What is required =>
Every line below that has the string "sphere" needs to be copied.

Data for this task =>
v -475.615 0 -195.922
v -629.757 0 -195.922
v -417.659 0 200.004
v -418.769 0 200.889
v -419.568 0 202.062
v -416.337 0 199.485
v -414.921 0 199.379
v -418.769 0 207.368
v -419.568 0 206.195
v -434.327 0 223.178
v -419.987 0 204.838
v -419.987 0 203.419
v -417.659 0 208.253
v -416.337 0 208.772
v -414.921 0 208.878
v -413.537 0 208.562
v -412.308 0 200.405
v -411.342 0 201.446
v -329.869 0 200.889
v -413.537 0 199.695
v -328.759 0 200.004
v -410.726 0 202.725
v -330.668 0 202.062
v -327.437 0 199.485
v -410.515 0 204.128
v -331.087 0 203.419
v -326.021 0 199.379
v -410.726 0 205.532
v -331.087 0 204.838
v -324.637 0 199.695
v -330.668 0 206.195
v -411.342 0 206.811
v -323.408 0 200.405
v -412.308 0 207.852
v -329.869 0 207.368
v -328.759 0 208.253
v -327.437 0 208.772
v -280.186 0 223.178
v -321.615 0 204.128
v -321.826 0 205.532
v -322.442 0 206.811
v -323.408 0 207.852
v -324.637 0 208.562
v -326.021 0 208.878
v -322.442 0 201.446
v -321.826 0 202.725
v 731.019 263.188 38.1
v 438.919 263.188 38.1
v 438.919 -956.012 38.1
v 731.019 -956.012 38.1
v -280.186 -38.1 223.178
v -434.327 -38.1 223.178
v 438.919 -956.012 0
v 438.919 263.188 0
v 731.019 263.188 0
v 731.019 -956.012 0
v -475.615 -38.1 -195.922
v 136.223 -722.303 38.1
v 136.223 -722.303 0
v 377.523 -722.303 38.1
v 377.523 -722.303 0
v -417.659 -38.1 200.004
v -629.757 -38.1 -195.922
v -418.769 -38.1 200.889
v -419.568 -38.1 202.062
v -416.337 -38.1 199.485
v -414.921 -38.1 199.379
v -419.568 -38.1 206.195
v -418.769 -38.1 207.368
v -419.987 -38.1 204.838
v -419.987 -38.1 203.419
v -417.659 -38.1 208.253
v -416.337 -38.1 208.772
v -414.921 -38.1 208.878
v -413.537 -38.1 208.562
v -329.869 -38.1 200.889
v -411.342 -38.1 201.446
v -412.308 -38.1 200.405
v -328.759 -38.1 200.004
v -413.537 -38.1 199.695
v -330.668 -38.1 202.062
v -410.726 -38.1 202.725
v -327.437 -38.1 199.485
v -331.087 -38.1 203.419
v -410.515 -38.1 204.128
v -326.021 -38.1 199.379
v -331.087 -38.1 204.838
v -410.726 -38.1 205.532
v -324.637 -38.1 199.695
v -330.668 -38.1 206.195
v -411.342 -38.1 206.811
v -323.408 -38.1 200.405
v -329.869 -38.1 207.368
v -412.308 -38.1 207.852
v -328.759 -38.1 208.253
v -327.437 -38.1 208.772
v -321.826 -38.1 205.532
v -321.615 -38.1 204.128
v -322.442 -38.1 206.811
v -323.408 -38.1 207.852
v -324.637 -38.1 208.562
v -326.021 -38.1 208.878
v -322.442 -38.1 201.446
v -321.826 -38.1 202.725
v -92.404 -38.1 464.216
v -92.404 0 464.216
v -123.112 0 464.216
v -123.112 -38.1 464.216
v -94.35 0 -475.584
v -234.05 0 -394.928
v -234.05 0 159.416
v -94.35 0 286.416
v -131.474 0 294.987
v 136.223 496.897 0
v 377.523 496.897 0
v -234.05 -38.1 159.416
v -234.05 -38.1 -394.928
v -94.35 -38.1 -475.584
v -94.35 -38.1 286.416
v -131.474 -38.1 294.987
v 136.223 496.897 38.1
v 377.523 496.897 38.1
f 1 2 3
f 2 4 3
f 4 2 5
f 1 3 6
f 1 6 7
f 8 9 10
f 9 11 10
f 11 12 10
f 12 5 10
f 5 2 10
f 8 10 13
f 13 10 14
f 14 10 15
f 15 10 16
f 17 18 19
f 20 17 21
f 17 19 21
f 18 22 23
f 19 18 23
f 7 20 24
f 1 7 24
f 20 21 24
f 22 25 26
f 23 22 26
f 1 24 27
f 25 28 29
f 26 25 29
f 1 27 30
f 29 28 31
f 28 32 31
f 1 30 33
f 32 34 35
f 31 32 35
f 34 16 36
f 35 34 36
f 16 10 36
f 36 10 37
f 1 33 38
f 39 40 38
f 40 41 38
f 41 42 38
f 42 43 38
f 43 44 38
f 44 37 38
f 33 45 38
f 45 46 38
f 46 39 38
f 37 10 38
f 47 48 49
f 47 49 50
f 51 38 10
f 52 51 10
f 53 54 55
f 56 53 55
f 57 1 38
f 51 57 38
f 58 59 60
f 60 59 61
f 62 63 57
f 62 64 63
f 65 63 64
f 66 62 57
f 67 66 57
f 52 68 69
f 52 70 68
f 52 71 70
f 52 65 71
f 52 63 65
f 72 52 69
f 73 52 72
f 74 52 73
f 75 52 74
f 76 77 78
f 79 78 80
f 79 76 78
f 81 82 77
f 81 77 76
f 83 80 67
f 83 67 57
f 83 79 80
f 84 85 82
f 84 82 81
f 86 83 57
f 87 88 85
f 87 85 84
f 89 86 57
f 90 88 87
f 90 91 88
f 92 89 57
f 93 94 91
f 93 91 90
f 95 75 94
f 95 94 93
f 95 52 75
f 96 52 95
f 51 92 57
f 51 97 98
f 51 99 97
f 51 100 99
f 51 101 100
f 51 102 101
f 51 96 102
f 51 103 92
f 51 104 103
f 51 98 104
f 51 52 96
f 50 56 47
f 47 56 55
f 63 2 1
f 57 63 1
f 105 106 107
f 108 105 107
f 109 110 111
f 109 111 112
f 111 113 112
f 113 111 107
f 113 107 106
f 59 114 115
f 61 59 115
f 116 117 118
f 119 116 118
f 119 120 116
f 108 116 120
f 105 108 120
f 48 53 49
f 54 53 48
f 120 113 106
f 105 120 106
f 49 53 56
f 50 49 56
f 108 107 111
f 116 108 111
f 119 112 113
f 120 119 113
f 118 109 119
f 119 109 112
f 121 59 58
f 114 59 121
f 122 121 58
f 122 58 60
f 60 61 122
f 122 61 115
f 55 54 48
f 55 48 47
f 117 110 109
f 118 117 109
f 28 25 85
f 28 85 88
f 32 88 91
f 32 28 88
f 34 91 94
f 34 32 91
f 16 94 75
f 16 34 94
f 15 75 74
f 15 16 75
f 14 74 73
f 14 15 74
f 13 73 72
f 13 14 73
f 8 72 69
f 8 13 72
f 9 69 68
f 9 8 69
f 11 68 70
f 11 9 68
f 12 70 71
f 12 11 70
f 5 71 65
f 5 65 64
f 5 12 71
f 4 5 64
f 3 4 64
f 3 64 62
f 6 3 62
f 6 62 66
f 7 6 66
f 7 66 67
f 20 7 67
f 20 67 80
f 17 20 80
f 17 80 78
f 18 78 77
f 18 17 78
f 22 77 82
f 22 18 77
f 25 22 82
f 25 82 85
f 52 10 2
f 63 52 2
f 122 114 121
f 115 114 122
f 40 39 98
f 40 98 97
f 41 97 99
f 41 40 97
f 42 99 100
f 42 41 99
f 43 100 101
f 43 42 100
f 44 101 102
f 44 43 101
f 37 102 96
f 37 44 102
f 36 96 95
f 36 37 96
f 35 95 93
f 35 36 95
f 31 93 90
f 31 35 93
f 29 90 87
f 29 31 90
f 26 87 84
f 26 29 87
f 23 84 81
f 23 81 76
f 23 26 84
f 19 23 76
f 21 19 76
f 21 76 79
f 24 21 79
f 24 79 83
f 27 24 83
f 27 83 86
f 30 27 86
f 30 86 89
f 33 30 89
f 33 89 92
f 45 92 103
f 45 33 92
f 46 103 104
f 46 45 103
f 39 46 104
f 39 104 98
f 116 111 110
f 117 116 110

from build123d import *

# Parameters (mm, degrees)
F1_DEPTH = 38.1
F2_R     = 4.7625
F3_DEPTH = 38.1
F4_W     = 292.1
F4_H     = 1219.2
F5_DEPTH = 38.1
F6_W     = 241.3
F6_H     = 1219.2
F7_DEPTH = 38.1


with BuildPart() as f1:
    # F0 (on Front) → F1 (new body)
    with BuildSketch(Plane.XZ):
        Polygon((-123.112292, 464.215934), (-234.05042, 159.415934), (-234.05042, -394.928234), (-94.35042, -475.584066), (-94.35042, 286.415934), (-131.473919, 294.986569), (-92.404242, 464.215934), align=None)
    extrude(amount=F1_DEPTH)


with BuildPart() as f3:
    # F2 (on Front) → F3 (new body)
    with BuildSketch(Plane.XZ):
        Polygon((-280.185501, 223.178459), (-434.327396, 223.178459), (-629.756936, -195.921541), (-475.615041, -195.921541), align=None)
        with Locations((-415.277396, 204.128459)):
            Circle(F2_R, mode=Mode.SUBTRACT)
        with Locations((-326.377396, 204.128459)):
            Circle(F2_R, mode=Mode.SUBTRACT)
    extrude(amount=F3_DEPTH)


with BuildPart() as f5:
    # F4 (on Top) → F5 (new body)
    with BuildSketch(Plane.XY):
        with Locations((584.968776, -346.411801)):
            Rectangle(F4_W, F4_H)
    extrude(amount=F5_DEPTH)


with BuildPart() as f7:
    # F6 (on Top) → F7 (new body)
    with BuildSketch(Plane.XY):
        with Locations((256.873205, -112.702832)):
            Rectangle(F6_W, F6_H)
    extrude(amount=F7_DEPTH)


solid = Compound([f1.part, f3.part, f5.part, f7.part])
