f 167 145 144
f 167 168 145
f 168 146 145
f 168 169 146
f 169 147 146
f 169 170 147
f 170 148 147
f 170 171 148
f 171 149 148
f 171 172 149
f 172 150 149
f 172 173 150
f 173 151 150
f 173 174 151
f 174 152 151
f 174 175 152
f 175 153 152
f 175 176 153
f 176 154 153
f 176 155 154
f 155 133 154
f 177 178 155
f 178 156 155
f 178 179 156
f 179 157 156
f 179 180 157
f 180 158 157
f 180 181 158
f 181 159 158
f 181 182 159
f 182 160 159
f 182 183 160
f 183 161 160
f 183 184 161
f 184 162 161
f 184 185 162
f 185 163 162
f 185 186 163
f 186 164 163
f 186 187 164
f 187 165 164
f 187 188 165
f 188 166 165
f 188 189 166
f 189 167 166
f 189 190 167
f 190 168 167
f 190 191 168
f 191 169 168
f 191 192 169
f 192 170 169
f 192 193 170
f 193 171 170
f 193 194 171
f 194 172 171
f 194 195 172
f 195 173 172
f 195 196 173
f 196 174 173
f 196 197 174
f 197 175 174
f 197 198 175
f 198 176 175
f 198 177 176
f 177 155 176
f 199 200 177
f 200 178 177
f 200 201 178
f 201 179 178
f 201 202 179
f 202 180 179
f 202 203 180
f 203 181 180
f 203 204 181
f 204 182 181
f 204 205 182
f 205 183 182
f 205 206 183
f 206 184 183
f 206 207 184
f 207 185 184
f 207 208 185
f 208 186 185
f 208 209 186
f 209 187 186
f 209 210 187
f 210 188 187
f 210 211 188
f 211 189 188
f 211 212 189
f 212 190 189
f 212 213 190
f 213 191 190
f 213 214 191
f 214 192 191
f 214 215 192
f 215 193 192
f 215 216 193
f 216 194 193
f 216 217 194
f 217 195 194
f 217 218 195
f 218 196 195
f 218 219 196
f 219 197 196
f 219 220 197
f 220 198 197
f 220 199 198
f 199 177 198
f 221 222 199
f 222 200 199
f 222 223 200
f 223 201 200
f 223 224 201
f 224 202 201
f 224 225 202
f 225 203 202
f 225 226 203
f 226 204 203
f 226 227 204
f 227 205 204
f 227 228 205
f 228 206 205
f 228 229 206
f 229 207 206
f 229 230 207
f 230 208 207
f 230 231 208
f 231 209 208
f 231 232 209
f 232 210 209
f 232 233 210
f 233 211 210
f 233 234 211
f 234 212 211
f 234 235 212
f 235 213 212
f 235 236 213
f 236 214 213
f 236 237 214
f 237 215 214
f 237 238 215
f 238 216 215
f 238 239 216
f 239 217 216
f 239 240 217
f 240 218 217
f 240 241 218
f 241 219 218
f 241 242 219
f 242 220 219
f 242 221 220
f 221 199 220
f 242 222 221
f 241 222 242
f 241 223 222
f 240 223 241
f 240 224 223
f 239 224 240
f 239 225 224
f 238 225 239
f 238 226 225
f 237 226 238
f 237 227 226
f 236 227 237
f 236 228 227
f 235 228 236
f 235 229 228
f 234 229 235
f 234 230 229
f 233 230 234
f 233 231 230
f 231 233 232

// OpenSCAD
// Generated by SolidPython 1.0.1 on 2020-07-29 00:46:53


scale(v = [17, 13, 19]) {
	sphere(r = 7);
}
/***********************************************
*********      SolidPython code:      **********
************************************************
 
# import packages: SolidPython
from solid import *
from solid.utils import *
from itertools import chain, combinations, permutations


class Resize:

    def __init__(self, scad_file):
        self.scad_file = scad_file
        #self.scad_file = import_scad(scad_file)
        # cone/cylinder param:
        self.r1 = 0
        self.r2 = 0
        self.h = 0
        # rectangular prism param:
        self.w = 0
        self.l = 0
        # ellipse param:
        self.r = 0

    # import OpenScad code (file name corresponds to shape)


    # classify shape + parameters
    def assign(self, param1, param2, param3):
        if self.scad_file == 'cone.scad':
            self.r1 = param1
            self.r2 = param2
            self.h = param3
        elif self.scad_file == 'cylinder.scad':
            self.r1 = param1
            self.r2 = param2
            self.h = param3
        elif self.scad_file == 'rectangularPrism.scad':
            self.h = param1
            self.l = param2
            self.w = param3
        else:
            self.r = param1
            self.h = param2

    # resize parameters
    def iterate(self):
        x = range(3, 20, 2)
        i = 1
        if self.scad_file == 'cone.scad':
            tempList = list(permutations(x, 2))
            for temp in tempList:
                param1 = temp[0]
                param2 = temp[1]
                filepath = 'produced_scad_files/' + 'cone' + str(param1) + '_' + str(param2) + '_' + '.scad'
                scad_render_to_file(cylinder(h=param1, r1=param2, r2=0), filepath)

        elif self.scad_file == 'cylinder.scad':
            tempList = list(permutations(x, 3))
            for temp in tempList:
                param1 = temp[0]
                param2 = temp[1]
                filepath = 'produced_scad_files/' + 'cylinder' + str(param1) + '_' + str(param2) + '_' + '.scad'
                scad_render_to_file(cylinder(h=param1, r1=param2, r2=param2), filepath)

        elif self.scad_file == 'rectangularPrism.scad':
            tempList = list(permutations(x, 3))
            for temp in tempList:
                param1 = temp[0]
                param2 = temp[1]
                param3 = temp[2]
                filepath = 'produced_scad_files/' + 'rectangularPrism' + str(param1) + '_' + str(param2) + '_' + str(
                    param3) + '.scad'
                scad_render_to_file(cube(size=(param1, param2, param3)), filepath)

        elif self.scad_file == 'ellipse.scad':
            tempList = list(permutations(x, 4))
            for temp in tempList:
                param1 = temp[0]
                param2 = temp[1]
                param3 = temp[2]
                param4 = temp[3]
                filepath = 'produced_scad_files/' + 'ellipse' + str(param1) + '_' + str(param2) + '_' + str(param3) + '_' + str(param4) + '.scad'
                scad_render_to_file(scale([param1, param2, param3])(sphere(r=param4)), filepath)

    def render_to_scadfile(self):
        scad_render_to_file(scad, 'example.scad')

Answer area =>
	sphere(r = 7);
                scad_render_to_file(scale([param1, param2, param3])(sphere(r=param4)), filepath)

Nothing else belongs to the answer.